Reflexive modules with finite Gorenstein dimension with respect to a semidualizing module

Let R be a commutative Noetherian ring and let C be a semidualizing R-module. It is shown that a finitely generated R-module M with finite G C -dimension is C-reflexive if and only if $M_{\mathfrak {p}}$ is $C_{\mathfrak {p}}$ -reflexive for $\mathfrak {p} \in \text {Spec}\,(R) $ with $\text {depth}\,(R_{\mathfrak {p}}) \leq 1$ , and $G_{C_{\mathfrak {p}}}-\dim _{R_{\mathfrak {p}}} (M_{\mathfrak {p}}) \leq \text {depth}\,(R_{\mathfrak {p}})-2 $ for $\mathfrak {p} \in \text {Spec}\, (R) $ with $\text {depth}\,(R_{\mathfrak {p}})\geq 2 $ . As the ring R itself is a semidualizing module, this result gives a generalization of a natural setting for extension of results due to Serre and Samuel (see Czech. Math.

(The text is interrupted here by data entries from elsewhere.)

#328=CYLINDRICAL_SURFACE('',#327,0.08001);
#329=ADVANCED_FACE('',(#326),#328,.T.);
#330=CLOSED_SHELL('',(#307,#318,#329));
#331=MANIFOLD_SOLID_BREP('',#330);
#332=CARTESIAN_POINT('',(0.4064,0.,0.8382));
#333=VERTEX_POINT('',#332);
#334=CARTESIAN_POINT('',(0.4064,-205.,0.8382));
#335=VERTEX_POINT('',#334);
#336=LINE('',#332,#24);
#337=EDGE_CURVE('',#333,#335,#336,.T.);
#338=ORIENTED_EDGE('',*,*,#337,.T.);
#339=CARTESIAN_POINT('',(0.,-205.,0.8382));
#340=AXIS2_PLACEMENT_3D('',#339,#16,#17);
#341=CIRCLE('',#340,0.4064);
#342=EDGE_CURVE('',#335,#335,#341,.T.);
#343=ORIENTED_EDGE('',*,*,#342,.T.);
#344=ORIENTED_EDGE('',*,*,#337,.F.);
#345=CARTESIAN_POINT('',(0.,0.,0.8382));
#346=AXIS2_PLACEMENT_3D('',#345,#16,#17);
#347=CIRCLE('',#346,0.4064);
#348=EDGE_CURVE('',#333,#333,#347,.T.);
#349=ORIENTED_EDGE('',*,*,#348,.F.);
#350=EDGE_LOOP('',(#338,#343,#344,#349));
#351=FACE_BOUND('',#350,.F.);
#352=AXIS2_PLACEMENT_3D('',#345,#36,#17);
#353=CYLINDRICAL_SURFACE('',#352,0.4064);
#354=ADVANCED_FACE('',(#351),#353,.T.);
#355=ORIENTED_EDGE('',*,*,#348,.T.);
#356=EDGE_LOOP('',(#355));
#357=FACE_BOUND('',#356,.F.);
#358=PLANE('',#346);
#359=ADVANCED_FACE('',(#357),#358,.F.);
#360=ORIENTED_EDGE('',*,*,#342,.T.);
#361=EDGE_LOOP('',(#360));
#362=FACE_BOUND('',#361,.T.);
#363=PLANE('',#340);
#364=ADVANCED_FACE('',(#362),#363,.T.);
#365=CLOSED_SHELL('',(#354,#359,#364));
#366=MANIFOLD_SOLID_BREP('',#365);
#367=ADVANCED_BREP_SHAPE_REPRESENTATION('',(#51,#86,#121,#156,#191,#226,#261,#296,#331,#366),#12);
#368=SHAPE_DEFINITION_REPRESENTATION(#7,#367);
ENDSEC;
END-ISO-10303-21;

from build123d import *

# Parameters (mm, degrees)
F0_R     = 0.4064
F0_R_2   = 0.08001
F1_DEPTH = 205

J. 62(3) (9) 663–672 and Beitrage Algebra Geom. 50(2) (3) 353–362). In addition, it is shown that over ring R with $\dim R \leq n$ , where n≥2 is an integer, $G_{D}-\dim _{R} (\text {Hom}\,_{R} (M,D)) \leq n-2$ for every finitely generated R-module M and a dualizing R-module D.